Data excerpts
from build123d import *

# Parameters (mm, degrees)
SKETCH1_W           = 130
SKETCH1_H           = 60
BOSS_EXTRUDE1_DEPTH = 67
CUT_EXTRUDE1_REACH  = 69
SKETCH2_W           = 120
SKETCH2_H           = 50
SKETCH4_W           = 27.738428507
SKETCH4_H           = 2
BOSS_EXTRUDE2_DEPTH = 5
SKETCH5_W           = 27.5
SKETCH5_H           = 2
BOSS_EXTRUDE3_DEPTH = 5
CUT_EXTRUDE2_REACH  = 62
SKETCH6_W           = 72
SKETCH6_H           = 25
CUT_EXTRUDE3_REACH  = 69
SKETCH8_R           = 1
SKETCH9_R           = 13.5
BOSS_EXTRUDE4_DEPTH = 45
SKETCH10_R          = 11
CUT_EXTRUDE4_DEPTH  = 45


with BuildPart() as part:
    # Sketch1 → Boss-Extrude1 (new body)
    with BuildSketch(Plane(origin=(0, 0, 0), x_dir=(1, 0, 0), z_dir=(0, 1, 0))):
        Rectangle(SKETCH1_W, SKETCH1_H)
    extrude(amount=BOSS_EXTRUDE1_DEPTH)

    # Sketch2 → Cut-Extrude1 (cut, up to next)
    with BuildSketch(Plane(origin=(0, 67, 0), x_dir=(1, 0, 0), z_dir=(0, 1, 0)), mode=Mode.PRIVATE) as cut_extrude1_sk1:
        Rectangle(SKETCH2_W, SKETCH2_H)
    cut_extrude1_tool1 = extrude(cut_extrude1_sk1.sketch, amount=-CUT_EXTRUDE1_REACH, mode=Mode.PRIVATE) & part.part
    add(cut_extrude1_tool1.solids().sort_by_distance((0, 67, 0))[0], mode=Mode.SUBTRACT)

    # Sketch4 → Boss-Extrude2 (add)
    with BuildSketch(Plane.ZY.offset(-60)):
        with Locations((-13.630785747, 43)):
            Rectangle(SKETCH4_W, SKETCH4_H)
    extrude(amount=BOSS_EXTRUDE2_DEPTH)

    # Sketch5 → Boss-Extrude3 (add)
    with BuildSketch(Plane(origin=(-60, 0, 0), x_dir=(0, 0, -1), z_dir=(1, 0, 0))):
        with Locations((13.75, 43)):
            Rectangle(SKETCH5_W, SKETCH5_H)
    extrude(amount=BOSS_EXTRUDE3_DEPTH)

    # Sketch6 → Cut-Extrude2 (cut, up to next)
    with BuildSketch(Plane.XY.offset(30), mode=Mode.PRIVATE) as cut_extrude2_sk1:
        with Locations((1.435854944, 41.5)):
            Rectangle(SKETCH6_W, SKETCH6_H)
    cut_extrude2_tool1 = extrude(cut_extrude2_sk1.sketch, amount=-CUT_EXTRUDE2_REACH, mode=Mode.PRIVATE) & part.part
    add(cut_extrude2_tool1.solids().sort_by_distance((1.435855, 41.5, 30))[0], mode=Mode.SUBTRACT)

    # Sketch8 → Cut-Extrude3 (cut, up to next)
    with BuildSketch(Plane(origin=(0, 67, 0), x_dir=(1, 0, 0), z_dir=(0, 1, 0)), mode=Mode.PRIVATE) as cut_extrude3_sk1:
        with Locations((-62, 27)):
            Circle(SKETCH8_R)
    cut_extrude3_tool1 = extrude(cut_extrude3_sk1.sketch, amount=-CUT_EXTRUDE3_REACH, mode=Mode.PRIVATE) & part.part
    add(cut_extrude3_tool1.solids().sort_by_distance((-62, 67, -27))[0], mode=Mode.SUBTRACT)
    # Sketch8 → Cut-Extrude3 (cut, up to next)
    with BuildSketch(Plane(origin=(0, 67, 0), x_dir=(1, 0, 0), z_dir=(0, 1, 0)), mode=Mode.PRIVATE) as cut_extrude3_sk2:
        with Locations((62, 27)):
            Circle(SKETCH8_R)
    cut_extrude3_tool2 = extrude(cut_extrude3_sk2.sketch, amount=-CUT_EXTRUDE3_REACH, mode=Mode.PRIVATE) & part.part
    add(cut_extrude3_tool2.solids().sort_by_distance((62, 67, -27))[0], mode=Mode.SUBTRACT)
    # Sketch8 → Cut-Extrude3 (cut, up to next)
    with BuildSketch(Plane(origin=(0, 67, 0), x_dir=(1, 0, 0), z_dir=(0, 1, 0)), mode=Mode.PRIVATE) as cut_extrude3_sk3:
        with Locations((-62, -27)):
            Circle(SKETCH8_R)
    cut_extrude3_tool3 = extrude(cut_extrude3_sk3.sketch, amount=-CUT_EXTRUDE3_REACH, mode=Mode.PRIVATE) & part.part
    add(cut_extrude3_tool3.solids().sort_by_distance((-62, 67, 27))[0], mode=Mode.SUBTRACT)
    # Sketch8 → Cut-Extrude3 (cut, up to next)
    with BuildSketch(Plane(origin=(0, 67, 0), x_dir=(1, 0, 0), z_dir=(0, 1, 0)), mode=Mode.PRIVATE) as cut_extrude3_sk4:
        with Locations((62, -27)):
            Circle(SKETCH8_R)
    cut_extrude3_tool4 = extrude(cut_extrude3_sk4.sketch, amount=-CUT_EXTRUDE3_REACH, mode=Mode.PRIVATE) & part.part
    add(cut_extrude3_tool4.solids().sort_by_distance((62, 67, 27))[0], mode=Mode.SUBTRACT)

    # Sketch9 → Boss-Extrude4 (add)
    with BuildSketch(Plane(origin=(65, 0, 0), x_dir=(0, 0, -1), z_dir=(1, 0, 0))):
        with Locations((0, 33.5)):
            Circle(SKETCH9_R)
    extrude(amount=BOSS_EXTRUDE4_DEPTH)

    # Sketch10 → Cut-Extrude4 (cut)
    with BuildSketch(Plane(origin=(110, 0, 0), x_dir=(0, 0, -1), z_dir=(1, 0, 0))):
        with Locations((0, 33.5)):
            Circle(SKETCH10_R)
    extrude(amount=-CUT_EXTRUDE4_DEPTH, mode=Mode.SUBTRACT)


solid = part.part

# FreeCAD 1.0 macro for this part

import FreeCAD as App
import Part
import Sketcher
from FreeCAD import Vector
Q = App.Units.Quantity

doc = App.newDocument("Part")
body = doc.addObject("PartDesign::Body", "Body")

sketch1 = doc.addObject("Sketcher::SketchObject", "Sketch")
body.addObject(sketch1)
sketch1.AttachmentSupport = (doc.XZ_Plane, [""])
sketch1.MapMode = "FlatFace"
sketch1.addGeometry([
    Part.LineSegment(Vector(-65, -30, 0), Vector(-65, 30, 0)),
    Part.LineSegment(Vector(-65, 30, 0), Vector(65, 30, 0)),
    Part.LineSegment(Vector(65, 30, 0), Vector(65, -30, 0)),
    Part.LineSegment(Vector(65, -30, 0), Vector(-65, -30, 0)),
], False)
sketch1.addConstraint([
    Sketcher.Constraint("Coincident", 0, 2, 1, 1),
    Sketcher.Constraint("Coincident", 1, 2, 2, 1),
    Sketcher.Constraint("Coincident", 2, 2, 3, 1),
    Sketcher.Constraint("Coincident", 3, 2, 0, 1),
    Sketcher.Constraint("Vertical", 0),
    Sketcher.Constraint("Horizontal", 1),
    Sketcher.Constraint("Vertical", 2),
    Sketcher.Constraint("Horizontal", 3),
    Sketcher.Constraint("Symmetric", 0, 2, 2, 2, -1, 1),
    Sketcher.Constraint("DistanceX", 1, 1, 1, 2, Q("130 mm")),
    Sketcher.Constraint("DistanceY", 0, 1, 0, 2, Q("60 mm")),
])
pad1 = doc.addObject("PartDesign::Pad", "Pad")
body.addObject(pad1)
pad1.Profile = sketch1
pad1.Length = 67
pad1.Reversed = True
---
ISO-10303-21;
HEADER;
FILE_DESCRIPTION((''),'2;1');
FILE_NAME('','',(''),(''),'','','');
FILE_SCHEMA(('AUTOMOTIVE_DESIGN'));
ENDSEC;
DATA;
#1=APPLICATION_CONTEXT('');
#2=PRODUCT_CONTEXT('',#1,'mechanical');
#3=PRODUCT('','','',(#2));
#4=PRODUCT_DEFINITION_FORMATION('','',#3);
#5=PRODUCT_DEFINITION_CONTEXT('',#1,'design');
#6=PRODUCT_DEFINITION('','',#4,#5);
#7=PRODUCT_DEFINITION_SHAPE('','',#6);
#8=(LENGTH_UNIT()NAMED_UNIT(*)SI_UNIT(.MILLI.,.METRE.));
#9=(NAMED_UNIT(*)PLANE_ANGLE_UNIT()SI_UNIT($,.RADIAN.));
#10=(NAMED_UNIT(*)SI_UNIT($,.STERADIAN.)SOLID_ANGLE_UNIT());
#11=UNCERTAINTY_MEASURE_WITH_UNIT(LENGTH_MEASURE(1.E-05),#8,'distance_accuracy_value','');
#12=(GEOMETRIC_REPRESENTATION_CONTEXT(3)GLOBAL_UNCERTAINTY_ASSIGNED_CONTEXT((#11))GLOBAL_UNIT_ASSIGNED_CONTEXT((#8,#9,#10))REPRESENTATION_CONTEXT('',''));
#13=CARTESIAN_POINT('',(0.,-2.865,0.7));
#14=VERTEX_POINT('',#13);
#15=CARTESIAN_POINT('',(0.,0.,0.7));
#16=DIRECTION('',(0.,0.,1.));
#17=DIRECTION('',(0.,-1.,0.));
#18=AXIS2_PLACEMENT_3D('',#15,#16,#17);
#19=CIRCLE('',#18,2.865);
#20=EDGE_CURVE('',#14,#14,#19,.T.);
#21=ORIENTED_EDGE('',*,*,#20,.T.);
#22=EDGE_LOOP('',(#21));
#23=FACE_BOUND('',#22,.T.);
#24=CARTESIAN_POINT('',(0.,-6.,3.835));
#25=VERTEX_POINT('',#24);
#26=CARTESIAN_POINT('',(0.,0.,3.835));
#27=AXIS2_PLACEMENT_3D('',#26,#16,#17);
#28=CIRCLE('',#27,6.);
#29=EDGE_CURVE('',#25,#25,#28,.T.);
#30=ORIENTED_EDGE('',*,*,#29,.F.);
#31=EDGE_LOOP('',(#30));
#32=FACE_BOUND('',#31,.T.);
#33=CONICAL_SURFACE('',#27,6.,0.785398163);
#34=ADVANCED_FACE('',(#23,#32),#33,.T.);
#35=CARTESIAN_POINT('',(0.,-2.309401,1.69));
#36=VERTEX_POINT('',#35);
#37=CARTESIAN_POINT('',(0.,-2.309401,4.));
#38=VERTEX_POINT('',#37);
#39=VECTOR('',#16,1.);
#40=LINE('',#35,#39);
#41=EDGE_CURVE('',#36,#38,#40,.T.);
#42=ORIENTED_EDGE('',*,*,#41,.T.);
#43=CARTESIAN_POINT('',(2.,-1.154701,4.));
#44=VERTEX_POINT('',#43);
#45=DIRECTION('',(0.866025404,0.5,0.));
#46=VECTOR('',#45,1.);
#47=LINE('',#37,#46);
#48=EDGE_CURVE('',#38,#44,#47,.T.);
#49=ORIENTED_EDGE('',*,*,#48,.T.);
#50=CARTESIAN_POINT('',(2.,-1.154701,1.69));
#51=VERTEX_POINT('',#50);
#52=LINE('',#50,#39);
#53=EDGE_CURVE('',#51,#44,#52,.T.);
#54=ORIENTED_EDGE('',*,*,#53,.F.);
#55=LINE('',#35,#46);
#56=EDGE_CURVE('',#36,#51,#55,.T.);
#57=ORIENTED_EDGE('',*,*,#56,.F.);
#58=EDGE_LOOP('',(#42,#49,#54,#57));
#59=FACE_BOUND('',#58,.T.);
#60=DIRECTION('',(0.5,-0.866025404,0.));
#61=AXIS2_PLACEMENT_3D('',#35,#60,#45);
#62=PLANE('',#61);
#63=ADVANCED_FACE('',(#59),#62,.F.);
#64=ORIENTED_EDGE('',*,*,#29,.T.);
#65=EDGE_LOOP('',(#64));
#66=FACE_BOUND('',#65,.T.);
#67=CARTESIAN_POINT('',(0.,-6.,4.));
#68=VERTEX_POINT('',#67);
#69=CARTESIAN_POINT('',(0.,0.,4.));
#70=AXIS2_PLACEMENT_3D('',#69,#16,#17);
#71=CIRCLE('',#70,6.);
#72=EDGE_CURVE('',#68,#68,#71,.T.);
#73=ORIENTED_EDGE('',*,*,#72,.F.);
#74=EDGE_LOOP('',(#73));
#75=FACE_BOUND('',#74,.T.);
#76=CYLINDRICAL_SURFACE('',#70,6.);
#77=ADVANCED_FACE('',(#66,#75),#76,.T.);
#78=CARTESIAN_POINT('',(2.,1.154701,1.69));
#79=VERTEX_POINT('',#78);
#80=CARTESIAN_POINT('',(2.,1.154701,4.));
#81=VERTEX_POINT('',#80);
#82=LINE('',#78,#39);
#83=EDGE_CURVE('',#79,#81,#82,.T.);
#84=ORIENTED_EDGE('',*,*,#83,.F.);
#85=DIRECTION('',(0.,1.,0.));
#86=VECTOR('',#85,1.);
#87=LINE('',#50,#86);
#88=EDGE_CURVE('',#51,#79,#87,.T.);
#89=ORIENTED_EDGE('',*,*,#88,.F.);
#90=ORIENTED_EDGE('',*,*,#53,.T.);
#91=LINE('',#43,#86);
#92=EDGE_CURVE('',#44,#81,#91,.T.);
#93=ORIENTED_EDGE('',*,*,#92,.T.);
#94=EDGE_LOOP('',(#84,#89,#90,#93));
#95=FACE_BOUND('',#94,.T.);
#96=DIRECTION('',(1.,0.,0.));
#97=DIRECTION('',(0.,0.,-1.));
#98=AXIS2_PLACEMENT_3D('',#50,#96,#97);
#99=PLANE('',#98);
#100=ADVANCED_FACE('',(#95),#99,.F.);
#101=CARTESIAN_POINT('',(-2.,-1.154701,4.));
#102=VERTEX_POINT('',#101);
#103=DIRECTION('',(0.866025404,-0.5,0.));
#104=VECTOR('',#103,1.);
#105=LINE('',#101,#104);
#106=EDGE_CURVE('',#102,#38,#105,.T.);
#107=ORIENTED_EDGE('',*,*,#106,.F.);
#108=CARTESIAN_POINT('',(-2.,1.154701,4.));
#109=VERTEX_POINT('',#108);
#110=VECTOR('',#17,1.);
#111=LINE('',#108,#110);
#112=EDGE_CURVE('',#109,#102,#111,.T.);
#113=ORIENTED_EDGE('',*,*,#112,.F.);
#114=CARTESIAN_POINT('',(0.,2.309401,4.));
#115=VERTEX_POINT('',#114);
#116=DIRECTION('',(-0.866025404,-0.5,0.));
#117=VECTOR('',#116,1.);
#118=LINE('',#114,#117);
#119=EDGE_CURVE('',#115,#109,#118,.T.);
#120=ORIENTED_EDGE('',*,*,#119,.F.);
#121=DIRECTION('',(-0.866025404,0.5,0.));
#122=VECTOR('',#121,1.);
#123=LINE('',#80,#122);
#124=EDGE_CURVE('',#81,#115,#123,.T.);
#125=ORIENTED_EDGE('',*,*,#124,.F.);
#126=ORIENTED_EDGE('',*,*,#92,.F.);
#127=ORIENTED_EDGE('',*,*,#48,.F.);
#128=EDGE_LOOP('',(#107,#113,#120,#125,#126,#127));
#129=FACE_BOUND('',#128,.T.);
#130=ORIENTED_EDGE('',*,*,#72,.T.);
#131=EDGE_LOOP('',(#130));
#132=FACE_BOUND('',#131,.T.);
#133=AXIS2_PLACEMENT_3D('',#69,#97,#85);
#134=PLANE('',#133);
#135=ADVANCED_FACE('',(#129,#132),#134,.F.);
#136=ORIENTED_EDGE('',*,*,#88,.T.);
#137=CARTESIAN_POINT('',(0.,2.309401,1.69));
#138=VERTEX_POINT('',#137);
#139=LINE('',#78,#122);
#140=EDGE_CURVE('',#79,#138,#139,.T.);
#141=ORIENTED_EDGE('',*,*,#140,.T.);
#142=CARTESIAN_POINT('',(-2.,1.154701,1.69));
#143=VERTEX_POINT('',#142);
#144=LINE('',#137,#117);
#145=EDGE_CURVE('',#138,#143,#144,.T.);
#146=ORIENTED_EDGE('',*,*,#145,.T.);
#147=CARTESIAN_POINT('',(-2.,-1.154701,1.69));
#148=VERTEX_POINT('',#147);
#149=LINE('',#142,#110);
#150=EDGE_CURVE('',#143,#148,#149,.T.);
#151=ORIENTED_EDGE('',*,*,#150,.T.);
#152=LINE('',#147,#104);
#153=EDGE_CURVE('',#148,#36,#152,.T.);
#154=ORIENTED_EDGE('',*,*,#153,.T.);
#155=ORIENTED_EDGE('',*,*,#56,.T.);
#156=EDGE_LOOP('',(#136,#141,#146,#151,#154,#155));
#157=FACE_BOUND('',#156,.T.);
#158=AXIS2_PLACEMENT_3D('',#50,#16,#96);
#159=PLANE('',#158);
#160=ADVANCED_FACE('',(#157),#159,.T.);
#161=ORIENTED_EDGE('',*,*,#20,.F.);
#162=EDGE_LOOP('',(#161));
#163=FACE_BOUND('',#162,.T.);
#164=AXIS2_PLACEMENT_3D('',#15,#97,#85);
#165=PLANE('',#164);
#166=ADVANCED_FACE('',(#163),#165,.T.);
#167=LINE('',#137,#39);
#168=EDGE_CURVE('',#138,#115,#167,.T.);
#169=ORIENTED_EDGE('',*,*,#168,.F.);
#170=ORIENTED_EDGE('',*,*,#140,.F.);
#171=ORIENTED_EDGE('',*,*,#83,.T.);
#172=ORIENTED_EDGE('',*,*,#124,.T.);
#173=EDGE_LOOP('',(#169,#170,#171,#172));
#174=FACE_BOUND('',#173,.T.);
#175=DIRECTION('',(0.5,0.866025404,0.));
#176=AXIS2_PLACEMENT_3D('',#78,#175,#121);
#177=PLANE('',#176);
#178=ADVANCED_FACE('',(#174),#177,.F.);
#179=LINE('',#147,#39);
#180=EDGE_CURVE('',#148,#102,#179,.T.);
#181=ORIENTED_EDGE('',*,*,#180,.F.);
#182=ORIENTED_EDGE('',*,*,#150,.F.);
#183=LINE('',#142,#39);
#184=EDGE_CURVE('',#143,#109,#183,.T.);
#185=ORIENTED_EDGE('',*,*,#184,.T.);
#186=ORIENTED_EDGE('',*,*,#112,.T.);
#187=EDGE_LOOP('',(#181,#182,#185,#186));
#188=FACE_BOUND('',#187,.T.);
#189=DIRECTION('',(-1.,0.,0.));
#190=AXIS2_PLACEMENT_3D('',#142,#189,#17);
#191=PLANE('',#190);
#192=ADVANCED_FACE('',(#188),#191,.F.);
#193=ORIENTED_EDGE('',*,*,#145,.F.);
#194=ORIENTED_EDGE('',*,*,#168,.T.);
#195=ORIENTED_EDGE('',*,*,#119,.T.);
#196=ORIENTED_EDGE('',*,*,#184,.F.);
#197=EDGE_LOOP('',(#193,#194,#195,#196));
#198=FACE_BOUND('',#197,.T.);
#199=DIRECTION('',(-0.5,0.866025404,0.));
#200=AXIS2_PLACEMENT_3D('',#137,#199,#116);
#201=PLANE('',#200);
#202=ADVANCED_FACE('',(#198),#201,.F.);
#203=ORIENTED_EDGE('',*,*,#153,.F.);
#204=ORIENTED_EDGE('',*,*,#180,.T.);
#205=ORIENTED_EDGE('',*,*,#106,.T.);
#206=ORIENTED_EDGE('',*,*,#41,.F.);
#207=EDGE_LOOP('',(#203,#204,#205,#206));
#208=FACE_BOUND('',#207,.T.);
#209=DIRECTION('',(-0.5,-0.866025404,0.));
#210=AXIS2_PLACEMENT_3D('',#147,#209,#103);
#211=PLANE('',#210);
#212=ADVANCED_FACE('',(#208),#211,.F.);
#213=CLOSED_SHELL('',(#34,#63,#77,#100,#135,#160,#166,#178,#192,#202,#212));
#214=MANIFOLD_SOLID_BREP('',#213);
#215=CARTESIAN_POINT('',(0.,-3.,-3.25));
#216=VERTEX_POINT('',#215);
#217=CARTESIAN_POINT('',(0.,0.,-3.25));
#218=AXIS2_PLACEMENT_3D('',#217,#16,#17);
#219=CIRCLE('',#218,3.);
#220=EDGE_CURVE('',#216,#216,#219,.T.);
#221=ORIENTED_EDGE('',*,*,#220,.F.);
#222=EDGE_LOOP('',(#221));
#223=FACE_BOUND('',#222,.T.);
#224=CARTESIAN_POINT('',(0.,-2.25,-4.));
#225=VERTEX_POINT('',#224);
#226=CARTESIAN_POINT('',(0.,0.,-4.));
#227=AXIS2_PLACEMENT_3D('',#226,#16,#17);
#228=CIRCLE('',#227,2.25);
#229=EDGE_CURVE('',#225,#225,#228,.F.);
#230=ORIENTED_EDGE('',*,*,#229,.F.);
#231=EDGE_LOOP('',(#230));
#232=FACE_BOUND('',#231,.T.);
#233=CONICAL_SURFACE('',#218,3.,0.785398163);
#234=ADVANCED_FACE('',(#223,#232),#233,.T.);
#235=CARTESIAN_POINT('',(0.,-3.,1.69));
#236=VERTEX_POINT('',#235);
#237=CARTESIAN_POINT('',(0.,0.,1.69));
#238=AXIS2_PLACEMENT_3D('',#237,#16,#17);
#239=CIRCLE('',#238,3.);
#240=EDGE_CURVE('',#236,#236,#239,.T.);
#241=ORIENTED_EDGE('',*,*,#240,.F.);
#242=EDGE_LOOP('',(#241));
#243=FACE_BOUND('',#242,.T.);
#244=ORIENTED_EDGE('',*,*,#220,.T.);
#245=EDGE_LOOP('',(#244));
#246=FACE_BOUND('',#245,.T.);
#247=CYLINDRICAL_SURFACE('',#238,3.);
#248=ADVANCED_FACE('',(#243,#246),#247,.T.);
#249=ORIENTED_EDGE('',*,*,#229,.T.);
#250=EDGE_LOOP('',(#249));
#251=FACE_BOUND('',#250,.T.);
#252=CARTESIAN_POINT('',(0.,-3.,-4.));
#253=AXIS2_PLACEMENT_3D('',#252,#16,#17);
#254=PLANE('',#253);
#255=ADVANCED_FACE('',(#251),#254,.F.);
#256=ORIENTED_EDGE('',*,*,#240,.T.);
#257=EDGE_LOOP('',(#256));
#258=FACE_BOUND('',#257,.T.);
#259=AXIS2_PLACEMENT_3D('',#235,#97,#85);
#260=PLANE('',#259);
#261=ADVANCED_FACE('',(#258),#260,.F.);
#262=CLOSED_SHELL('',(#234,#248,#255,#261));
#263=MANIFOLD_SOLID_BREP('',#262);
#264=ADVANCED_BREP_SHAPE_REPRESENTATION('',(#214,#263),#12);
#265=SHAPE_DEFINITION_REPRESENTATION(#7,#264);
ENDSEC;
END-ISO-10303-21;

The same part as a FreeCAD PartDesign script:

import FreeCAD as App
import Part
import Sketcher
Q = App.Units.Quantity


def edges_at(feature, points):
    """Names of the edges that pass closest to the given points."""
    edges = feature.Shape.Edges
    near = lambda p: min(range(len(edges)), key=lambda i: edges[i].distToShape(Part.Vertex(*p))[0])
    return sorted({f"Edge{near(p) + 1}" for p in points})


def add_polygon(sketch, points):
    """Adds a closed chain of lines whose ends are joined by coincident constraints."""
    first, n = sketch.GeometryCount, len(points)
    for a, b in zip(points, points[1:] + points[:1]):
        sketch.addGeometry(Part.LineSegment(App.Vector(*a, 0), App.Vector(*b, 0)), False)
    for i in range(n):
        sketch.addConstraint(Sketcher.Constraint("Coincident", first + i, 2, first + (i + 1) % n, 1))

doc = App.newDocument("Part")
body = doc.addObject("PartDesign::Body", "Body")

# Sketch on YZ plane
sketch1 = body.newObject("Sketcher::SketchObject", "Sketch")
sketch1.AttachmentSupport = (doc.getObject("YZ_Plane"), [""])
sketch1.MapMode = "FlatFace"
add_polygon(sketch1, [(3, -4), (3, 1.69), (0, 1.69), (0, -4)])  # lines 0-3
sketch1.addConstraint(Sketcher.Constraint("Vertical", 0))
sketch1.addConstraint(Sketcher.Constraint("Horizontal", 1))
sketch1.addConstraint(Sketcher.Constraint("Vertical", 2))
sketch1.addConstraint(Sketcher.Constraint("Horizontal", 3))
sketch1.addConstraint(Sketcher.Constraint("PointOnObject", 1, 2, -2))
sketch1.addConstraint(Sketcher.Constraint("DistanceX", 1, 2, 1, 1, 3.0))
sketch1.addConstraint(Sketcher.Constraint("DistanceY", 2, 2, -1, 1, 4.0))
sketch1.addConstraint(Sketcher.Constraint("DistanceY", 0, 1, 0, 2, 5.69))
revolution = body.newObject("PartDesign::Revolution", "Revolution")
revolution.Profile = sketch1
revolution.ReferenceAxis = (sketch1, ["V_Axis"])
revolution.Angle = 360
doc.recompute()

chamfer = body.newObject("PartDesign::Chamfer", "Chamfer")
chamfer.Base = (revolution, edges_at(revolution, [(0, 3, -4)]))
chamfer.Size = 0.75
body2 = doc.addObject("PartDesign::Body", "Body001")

> _ASSIGNED TASK_
Could you retype exactly the lines above, starting at the line that contains "#55=LINE('',#35,#46);" and ending at the line that contains "#100=ADVANCED_FACE('',(#95),#99,.F.);", and nothing more?

> _REPLY_
#55=LINE('',#35,#46);
#56=EDGE_CURVE('',#36,#51,#55,.T.);
#57=ORIENTED_EDGE('',*,*,#56,.F.);
#58=EDGE_LOOP('',(#42,#49,#54,#57));
#59=FACE_BOUND('',#58,.T.);
#60=DIRECTION('',(0.5,-0.866025404,0.));
#61=AXIS2_PLACEMENT_3D('',#35,#60,#45);
#62=PLANE('',#61);
#63=ADVANCED_FACE('',(#59),#62,.F.);
#64=ORIENTED_EDGE('',*,*,#29,.T.);
#65=EDGE_LOOP('',(#64));
#66=FACE_BOUND('',#65,.T.);
#67=CARTESIAN_POINT('',(0.,-6.,4.));
#68=VERTEX_POINT('',#67);
#69=CARTESIAN_POINT('',(0.,0.,4.));
#70=AXIS2_PLACEMENT_3D('',#69,#16,#17);
#71=CIRCLE('',#70,6.);
#72=EDGE_CURVE('',#68,#68,#71,.T.);
#73=ORIENTED_EDGE('',*,*,#72,.F.);
#74=EDGE_LOOP('',(#73));
#75=FACE_BOUND('',#74,.T.);
#76=CYLINDRICAL_SURFACE('',#70,6.);
#77=ADVANCED_FACE('',(#66,#75),#76,.T.);
#78=CARTESIAN_POINT('',(2.,1.154701,1.69));
#79=VERTEX_POINT('',#78);
#80=CARTESIAN_POINT('',(2.,1.154701,4.));
#81=VERTEX_POINT('',#80);
#82=LINE('',#78,#39);
#83=EDGE_CURVE('',#79,#81,#82,.T.);
#84=ORIENTED_EDGE('',*,*,#83,.F.);
#85=DIRECTION('',(0.,1.,0.));
#86=VECTOR('',#85,1.);
#87=LINE('',#50,#86);
#88=EDGE_CURVE('',#51,#79,#87,.T.);
#89=ORIENTED_EDGE('',*,*,#88,.F.);
#90=ORIENTED_EDGE('',*,*,#53,.T.);
#91=LINE('',#43,#86);
#92=EDGE_CURVE('',#44,#81,#91,.T.);
#93=ORIENTED_EDGE('',*,*,#92,.T.);
#94=EDGE_LOOP('',(#84,#89,#90,#93));
#95=FACE_BOUND('',#94,.T.);
#96=DIRECTION('',(1.,0.,0.));
#97=DIRECTION('',(0.,0.,-1.));
#98=AXIS2_PLACEMENT_3D('',#50,#96,#97);
#99=PLANE('',#98);
#100=ADVANCED_FACE('',(#95),#99,.F.);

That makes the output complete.